No meio desta tragédia sem precedentes, existe um futebol que se recusa a parar. Negativamente, continua como se quase nada estivesse acontecendo com base na crença limitadora e equivocada de que as pessoas precisam dessa distração.

A população precisa de muitas coisas, sim: oxigênio, segurança alimentar, acesso a tratamento, proteção social. O futebol não é crucial no momento. Mas ele poderia exercer sua função social, que parece ter perdido de vista.

Mas o futebol, assim como a economia, não pode parar.

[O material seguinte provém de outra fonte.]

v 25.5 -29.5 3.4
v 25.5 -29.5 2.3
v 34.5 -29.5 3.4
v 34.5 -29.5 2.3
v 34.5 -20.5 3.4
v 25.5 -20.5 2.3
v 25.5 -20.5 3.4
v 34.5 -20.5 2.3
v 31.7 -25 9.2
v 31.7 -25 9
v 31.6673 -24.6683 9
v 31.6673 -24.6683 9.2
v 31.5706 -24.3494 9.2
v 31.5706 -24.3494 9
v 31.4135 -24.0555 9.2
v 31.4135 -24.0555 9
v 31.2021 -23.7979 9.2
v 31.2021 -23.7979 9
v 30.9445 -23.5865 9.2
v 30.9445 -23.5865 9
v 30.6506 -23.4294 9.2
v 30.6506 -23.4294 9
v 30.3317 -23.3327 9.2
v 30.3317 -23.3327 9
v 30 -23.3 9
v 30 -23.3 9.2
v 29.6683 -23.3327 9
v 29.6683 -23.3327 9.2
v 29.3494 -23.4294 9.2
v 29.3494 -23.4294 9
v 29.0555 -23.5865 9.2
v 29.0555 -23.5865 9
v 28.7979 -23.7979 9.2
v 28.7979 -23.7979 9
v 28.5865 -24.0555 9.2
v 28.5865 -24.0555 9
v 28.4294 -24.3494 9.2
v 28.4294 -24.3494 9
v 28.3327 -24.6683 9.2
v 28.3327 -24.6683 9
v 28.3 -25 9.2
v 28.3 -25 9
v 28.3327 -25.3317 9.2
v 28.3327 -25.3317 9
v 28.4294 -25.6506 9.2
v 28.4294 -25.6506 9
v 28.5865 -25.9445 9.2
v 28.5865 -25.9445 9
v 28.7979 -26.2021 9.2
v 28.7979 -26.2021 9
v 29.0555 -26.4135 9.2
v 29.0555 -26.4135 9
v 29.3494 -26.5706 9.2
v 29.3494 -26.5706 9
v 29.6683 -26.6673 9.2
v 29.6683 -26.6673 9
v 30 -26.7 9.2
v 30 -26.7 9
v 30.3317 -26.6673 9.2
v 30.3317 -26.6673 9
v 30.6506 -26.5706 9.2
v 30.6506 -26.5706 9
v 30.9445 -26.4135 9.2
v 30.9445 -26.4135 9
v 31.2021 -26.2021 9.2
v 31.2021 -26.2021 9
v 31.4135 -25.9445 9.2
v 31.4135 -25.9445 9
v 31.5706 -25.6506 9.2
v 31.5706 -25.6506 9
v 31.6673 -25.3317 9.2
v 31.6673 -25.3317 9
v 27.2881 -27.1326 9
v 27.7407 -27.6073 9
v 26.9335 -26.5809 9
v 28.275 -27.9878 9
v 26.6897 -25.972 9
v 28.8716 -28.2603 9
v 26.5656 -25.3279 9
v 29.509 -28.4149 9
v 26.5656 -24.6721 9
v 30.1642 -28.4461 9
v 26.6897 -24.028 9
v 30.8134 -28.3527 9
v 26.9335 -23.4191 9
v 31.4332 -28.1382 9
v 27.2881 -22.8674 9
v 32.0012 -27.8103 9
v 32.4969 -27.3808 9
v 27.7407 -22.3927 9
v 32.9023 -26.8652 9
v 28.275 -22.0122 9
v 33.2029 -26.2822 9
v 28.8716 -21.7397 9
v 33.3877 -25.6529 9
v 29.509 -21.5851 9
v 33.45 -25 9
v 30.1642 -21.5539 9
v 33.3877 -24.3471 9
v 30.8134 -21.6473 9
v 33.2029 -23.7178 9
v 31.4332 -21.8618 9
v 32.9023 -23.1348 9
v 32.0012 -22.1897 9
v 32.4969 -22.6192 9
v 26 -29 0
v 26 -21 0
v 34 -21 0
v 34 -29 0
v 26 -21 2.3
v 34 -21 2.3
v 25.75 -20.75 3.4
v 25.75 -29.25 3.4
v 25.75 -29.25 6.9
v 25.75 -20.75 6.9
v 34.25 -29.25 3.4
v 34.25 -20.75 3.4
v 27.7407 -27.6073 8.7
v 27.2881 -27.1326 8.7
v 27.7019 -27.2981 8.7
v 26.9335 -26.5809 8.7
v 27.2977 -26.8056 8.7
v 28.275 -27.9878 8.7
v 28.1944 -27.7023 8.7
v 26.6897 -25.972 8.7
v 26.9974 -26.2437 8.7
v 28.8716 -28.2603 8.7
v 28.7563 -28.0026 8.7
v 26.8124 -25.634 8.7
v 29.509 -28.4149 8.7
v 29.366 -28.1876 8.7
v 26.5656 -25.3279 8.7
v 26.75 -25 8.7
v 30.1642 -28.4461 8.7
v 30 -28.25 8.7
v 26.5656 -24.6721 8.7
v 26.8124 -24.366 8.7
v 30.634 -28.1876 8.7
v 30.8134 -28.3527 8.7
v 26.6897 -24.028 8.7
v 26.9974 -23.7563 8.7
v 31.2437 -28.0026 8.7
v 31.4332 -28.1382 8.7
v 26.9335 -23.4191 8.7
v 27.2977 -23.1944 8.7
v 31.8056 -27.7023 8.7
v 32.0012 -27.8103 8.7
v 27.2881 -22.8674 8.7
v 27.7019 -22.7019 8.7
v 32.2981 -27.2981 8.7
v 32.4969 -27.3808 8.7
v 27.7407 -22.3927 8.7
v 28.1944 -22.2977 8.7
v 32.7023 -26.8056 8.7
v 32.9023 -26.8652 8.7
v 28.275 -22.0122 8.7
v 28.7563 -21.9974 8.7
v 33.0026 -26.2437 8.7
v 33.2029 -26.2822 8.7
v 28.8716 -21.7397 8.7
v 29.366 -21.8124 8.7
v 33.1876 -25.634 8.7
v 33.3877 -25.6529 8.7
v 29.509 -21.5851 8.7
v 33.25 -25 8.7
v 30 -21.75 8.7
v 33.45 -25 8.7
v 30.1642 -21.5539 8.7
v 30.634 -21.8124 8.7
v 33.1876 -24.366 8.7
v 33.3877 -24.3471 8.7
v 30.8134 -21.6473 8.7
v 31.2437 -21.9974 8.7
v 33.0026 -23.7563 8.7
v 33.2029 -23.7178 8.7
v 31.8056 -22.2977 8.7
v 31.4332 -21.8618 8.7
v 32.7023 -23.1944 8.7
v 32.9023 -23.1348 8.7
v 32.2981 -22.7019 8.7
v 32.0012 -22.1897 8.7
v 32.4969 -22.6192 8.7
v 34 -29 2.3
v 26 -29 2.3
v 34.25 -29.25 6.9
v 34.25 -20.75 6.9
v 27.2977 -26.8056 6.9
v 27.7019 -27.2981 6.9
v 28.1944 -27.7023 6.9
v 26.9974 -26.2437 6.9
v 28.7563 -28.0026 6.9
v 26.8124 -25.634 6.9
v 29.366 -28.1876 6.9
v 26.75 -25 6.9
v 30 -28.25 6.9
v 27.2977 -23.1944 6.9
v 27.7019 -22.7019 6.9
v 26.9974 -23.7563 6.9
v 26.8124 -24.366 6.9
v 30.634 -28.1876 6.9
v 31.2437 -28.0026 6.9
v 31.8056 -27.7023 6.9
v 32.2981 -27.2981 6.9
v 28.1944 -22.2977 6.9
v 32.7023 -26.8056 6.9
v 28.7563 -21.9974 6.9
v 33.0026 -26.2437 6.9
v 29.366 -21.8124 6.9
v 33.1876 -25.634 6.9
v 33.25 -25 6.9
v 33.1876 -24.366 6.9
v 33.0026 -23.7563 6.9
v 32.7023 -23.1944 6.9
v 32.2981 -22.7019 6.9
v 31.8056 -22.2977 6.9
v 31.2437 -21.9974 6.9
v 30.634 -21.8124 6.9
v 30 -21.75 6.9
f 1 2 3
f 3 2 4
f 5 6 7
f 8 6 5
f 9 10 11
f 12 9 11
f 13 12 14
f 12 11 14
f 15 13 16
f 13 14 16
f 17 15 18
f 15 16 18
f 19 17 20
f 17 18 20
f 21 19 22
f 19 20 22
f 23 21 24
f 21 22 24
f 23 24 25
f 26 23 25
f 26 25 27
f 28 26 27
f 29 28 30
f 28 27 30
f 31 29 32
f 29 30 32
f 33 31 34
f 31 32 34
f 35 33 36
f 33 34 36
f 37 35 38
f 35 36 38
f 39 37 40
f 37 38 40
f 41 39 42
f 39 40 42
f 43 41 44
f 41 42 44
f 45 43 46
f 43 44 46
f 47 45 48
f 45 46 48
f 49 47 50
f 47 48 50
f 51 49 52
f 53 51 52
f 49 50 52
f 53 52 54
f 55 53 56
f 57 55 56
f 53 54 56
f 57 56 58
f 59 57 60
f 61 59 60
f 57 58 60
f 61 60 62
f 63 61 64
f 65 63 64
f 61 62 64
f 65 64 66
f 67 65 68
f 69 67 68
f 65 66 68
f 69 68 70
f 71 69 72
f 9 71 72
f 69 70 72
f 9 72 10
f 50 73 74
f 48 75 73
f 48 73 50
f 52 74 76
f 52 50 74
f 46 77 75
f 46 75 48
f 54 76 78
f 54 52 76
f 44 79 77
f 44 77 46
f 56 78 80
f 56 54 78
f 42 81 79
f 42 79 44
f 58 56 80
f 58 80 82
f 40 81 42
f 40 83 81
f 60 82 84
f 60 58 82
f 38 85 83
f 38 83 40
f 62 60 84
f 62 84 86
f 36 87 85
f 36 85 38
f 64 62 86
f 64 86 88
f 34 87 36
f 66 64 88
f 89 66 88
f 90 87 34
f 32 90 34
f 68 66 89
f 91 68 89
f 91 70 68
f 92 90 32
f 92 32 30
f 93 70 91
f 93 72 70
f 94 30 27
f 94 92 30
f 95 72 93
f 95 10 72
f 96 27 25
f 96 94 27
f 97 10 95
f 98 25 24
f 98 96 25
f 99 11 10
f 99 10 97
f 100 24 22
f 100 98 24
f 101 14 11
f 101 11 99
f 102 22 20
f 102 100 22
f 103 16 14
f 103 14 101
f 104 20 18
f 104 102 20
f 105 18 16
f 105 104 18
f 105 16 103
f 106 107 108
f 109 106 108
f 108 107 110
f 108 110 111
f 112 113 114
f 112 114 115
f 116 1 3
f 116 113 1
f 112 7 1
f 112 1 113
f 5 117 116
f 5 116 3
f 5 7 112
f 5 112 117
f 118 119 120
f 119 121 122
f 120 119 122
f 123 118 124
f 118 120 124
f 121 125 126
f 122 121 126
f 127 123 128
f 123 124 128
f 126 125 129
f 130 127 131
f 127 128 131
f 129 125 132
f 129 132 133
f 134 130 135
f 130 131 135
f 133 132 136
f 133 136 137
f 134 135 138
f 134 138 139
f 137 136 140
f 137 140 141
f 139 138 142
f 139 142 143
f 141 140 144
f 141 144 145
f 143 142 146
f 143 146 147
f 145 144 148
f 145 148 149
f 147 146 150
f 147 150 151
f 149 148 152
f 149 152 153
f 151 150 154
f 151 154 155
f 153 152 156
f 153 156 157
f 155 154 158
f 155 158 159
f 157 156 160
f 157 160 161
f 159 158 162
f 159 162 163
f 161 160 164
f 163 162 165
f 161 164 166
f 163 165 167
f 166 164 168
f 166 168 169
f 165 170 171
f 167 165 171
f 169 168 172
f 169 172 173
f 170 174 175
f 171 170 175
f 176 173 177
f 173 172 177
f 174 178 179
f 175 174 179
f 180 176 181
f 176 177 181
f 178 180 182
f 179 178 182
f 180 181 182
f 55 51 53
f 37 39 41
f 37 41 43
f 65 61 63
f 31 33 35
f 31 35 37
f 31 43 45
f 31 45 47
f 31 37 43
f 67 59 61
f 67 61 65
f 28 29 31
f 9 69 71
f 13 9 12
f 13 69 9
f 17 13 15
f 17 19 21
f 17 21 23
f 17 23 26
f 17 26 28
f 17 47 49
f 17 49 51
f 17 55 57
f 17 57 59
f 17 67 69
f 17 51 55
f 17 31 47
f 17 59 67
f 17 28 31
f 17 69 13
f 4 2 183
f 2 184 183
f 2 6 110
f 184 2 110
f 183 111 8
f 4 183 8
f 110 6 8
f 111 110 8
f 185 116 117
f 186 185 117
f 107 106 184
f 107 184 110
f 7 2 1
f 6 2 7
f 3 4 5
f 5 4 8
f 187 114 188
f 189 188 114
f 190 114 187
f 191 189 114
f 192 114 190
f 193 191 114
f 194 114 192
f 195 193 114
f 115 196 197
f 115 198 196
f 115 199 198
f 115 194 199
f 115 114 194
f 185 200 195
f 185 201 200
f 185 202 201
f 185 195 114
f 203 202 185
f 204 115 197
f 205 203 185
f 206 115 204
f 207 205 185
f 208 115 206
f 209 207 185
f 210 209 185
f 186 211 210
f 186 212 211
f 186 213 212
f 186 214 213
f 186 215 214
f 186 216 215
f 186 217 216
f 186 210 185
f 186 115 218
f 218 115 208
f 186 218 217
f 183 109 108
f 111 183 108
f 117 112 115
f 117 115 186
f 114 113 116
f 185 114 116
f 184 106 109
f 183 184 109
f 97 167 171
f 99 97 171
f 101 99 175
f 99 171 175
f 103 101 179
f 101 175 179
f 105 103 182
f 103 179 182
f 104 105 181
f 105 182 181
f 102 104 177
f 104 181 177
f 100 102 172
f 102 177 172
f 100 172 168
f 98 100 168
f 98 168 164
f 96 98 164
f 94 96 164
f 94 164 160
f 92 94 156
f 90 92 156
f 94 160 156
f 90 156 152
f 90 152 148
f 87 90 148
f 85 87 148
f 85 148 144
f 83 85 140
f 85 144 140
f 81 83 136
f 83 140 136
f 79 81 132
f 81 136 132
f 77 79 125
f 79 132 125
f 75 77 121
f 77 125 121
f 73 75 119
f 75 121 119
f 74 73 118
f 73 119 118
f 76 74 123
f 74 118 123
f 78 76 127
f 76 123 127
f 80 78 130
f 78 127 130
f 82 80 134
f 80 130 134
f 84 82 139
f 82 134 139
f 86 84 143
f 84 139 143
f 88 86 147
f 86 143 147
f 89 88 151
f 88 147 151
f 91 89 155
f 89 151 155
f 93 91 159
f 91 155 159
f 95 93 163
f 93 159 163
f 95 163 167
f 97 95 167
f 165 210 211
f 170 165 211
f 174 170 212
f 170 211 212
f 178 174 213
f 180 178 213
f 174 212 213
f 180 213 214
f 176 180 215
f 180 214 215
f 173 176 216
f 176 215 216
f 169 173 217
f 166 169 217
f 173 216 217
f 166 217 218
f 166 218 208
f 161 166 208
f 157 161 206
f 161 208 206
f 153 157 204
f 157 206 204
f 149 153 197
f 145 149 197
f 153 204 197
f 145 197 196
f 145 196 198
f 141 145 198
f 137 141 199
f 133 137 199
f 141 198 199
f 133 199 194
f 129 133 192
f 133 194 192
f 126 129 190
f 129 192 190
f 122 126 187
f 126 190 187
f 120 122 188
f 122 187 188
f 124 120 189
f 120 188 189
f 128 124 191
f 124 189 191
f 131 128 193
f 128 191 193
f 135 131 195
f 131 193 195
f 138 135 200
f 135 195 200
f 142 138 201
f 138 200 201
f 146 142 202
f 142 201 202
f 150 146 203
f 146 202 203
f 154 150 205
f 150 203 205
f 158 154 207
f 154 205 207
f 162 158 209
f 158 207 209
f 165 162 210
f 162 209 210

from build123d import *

# Parameters (mm, degrees)
SKETCH_1_W        = 8
SKETCH_1_H        = 8
FOAM_PAD_DEPTH    = 2.3
SENSOR_START      = 2.3
SKETCH_2_W        = 9
SKETCH_2_H        = 9
SENSOR_PCB_DEPTH  = 1.1
LENS_START        = 3.4
SKETCH_3_W        = 8.5
SKETCH_3_H        = 8.5
LENS_HOLDER_DEPTH = 3.5
LENS_START_2      = 6.9
SKETCH_4_R        = 3.25
LENS_BARREL_DEPTH = 1.8
LENS_START_3      = 8.7
SKETCH_5_R        = 3.45
LENS_RING_DEPTH   = 0.3
LENS_START_4      = 9
SKETCH_6_R        = 1.7
LENS_GLASS_DEPTH  = 0.2


with BuildPart() as part:
    # 草圖1 → foam pad (new body)
    with BuildSketch(Plane.XY):
        with Locations((30, -25)):
            Rectangle(SKETCH_1_W, SKETCH_1_H)
    extrude(amount=FOAM_PAD_DEPTH)

    # 草圖2 → sensor PCB (add)
    with BuildSketch(Plane.XY.offset(SENSOR_START)):
        with Locations((30, -25)):
            Rectangle(SKETCH_2_W, SKETCH_2_H)
    extrude(amount=SENSOR_PCB_DEPTH)

    # 草圖3 → lens holder (add)
    with BuildSketch(Plane.XY.offset(LENS_START)):
        with Locations((30, -25)):
            Rectangle(SKETCH_3_W, SKETCH_3_H)
    extrude(amount=LENS_HOLDER_DEPTH)

    # 草圖4 → lens barrel (add)
    with BuildSketch(Plane.XY.offset(LENS_START_2)):
        with Locations((30, -25)):
            Circle(SKETCH_4_R)
    extrude(amount=LENS_BARREL_DEPTH)

    # 草圖5 → lens ring (add)
    with BuildSketch(Plane.XY.offset(LENS_START_3)):
        with Locations((30, -25)):
            Circle(SKETCH_5_R)
    extrude(amount=LENS_RING_DEPTH)

    # 草圖6 → lens glass (add)
    with BuildSketch(Plane.XY.offset(LENS_START_4)):
        with Locations((30, -25)):
            Circle(SKETCH_6_R)
    extrude(amount=LENS_GLASS_DEPTH)


solid = part.part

É o que diz o mantra dos donos do poder.

O encontro da CBF, em que o presidente Rogério Caboclo fala com representantes de diversos clubes brasileiros, e que foi publicado pelo Blog do Venê Casagrande (obrigado Venê), revela o que há de podre nesse esporte que amamos.

Nas palavras de Caboclo, está claro por que o futebol não pode parar: as empresas que pagam por ele não param. Eles são patrocinadores, a empresa que assiste TV, enfim, o dinheiro. Se o capital não quer parar, não há motivo para parar, sejamos razoáveis.

As palavras da razão estão sempre ao lado de quem diz coisas como “claro que vão perder algumas vidas, isso é uma parte. O que não pode parar é a economia”. Qualquer pessoa que chame a atenção para o sentido da vida é rapidamente chamada de ingênua.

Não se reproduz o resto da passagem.